What is coccidiosis? Coccidiosis is a common protozoan disease found in puppies. Adult dogs are not immune. It is severe in nursing puppies. Coccidiosis in puppies is a common problem in the southern United States. It occurs in connection with filth, over crowding, and poor sanitation. Intestinal parasites in dogs can cause serious health problems.
Puppies can acquire the infection from their mother or from contaminated premises. If Kennel sanitation is poor, the puppies reinfect themselves from their feces. Coccidiosis can spread rapidly in a kennel.
Five to seven days after the ingestion of the oocysts, the infected cysts appear in the puppies feces. The cycle is complete in the seven days. The first signs you will notice is canine diarrhea. As it progresses the feces turn mucus-like and tinged with blood. You will notice a lack of appetite, weakness, dehydration, and anemia. It can be accompanied by a cough, running nose, and discharge from the eyes.

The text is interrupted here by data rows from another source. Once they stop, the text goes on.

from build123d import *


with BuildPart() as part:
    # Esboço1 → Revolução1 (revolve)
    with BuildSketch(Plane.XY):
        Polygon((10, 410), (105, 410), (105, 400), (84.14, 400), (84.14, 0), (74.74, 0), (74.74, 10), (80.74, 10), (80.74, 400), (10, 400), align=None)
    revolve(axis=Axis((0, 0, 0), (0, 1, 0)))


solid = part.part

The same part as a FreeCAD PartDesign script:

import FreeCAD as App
import Part
import Sketcher
from FreeCAD import Vector
Q = App.Units.Quantity


def add_polygon(sketch, points):
    """Adds a closed chain of lines whose ends are joined by coincident constraints."""
    first, n = sketch.GeometryCount, len(points)
    for a, b in zip(points, points[1:] + points[:1]):
        sketch.addGeometry(Part.LineSegment(App.Vector(*a, 0), App.Vector(*b, 0)), False)
    for i in range(n):
        sketch.addConstraint(Sketcher.Constraint("Coincident", first + i, 2, first + (i + 1) % n, 1))

doc = App.newDocument("Part")
body = doc.addObject("PartDesign::Body", "Body")

# Sketch on XY plane
sketch1 = body.newObject("Sketcher::SketchObject", "Sketch")
sketch1.AttachmentSupport = (doc.getObject("XY_Plane"), [""])
sketch1.MapMode = "FlatFace"
add_polygon(sketch1, [(105, 410), (10, 410), (10, 400), (80.74, 400), (80.74, 10), (74.74, 10), (74.74, 0), (84.14, 0), (84.14, 400), (105, 400)])  # lines 0-9
sketch1.addConstraint(Sketcher.Constraint("Horizontal", 0))
sketch1.addConstraint(Sketcher.Constraint("Vertical", 1))
sketch1.addConstraint(Sketcher.Constraint("Horizontal", 2))
sketch1.addConstraint(Sketcher.Constraint("Vertical", 3))
sketch1.addConstraint(Sketcher.Constraint("Horizontal", 4))
sketch1.addConstraint(Sketcher.Constraint("Vertical", 5))
sketch1.addConstraint(Sketcher.Constraint("Horizontal", 6))
sketch1.addConstraint(Sketcher.Constraint("Vertical", 7))
sketch1.addConstraint(Sketcher.Constraint("Horizontal", 8))
sketch1.addConstraint(Sketcher.Constraint("Vertical", 9))
sketch1.addConstraint(Sketcher.Constraint("PointOnObject", 5, 2, -1))
sketch1.addConstraint(Sketcher.Constraint("Horizontal", 2, 2, 7, 2))
sketch1.addConstraint(Sketcher.Constraint("Equal", 1, 5))
sketch1.addConstraint(Sketcher.Constraint("DistanceX", 0, 2, 0, 1, Q("95 mm")))
sketch1.addConstraint(Sketcher.Constraint("DistanceX", 4, 2, 4, 1, Q("6 mm")))
sketch1.addConstraint(Sketcher.Constraint("DistanceY", 1, 2, 1, 1, Q("10 mm")))
sketch1.addConstraint(Sketcher.Constraint("DistanceY", 3, 2, 3, 1, Q("390 mm")))
sketch1.addConstraint(Sketcher.Constraint("DistanceX", 6, 1, 6, 2, Q("9.4 mm")))
sketch1.addConstraint(Sketcher.Constraint("DistanceX", -1, 1, 0, 2, Q("10 mm")))
sketch1.addConstraint(Sketcher.Constraint("DistanceX", 2, 1, 2, 2, Q("70.74 mm")))
revolution = body.newObject("PartDesign::Revolution", "Revolution")
revolution.Profile = sketch1
revolution.ReferenceAxis = (sketch1, ["V_Axis"])
revolution.Angle = 360

doc.recompute()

Mild cases of Coccidiosis can be found in the stools of puppies without casing problems, until stress from shipping or an outbreak of worms, reduces resistance. Dogs that recover become carriers.
Your Veterinarian can identify if your puppy has coccidiosis by finding adult oocysts in a microscopic slide of fresh feces.

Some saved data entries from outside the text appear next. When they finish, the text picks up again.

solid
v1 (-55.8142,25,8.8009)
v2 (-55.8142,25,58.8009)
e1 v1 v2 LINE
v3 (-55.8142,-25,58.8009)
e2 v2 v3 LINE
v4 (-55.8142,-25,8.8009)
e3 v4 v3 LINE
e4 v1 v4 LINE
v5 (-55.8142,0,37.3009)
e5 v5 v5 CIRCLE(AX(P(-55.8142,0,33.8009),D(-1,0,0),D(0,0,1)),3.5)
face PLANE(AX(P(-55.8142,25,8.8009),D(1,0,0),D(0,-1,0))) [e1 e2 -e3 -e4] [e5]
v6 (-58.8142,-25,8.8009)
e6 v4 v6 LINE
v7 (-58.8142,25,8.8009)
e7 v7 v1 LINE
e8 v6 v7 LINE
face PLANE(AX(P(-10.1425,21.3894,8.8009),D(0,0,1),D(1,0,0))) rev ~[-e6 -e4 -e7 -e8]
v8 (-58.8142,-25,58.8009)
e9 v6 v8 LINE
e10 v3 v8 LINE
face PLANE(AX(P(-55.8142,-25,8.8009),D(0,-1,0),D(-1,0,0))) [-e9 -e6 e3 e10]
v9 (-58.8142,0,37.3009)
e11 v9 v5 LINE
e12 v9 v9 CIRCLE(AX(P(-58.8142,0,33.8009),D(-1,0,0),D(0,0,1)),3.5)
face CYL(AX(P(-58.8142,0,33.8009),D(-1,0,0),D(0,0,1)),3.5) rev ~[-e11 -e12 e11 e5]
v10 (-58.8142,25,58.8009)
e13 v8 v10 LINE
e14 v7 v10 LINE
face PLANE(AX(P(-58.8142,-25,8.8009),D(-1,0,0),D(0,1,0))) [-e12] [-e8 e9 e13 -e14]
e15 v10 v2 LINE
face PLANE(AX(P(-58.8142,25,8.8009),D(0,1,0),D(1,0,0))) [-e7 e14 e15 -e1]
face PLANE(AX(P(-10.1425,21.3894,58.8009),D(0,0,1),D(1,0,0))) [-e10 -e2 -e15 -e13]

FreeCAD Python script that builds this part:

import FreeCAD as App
import Part
import Sketcher
Q = App.Units.Quantity


def add_polygon(sketch, points):
    """Adds a closed chain of lines whose ends are joined by coincident constraints."""
    first, n = sketch.GeometryCount, len(points)
    for a, b in zip(points, points[1:] + points[:1]):
        sketch.addGeometry(Part.LineSegment(App.Vector(*a, 0), App.Vector(*b, 0)), False)
    for i in range(n):
        sketch.addConstraint(Sketcher.Constraint("Coincident", first + i, 2, first + (i + 1) % n, 1))

doc = App.newDocument("Part")
params = doc.addObject("Spreadsheet::Sheet", "Params")
for row, (alias, value) in enumerate([
    ("sketch1_width", "3 mm"),
    ("sketch1_height", "50 mm"),
    ("pad1_length", "50 mm"),
    ("sketch2_diameter", "7 mm"),
], start=1):
    params.set(f"A{row}", alias)
    params.set(f"B{row}", "=" + value)
    params.setAlias(f"B{row}", alias)

body = doc.addObject("PartDesign::Body", "Body")

# Sketch on XY plane
sketch1 = doc.addObject("Sketcher::SketchObject", "Sketch")
body.addObject(sketch1)
sketch1.AttachmentSupport = (doc.XY_Plane, [""])
sketch1.MapMode = "FlatFace"
sketch1.AttachmentOffset = App.Placement(App.Vector(0, 0, 8.8009), App.Rotation())
add_polygon(sketch1, [(-55.8, 25), (-58.8, 25), (-58.8, -25), (-55.8, -25)])  # lines 0-3
sketch1.addConstraint(Sketcher.Constraint("Horizontal", 0))
sketch1.addConstraint(Sketcher.Constraint("Vertical", 1))
sketch1.addConstraint(Sketcher.Constraint("Horizontal", 2))
sketch1.addConstraint(Sketcher.Constraint("Vertical", 3))
sketch1.addConstraint(Sketcher.Constraint("DistanceX", 0, 2, 0, 1, Q("3 mm")))
sketch1.addConstraint(Sketcher.Constraint("DistanceY", 1, 2, 1, 1, Q("50 mm")))
sketch1.addConstraint(Sketcher.Constraint("DistanceY", -1, 1, 0, 2, Q("25 mm")))
sketch1.addConstraint(Sketcher.Constraint("DistanceX", 0, 2, -1, 1, Q("58.8142 mm")))
sketch1.setExpression("Constraints[8]", "Params.sketch1_width")
sketch1.setExpression("Constraints[9]", "Params.sketch1_height")
pad1 = doc.addObject("PartDesign::Pad", "Pad")
body.addObject(pad1)
pad1.Profile = sketch1
pad1.setExpression("Length", "Params.pad1_length")

# Sketch on YZ plane
sketch2 = doc.addObject("Sketcher::SketchObject", "Sketch001")
body.addObject(sketch2)
sketch2.AttachmentSupport = (doc.YZ_Plane, [""])
sketch2.MapMode = "FlatFace"
sketch2.AttachmentOffset = App.Placement(App.Vector(0, 0, -58.8142), App.Rotation())
sketch2.addGeometry(Part.Circle(App.Vector(0, 33.8, 0), App.Vector(0, 0, 1), 3.5), False)
sketch2.addConstraint(Sketcher.Constraint("PointOnObject", 0, 3, -2))
sketch2.addConstraint(Sketcher.Constraint("Diameter", 0, Q("7 mm")))
sketch2.addConstraint(Sketcher.Constraint("DistanceY", -1, 1, 0, 3, Q("33.801 mm")))
sketch2.setExpression("Constraints[1]", "Params.sketch2_diameter")
pocket1 = doc.addObject("PartDesign::Pocket", "Pocket")
body.addObject(pocket1)
pocket1.Profile = sketch2
pocket1.Type = "ThroughAll"
pocket1.Reversed = True

doc.recompute()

Treatment should begin with stopping the dog diarrhea. A Neomycin-Kaopectate antidiarrhea preparation can be used to stop the diarrhea in dogs. Dogs with diarrhea can become severely dehydrated or anemic, it may need to be hospitalized for fluid replacement.
The best choice of antibiotic treatment is sulfonamides and antibiotics. This drug will remove oocysts from the stool in seven to twelve days.
Dogs that are carriers should be isolated and treated. Kennel runs and cages should be washed daily and bleached with boiling water to prevent dog parasites.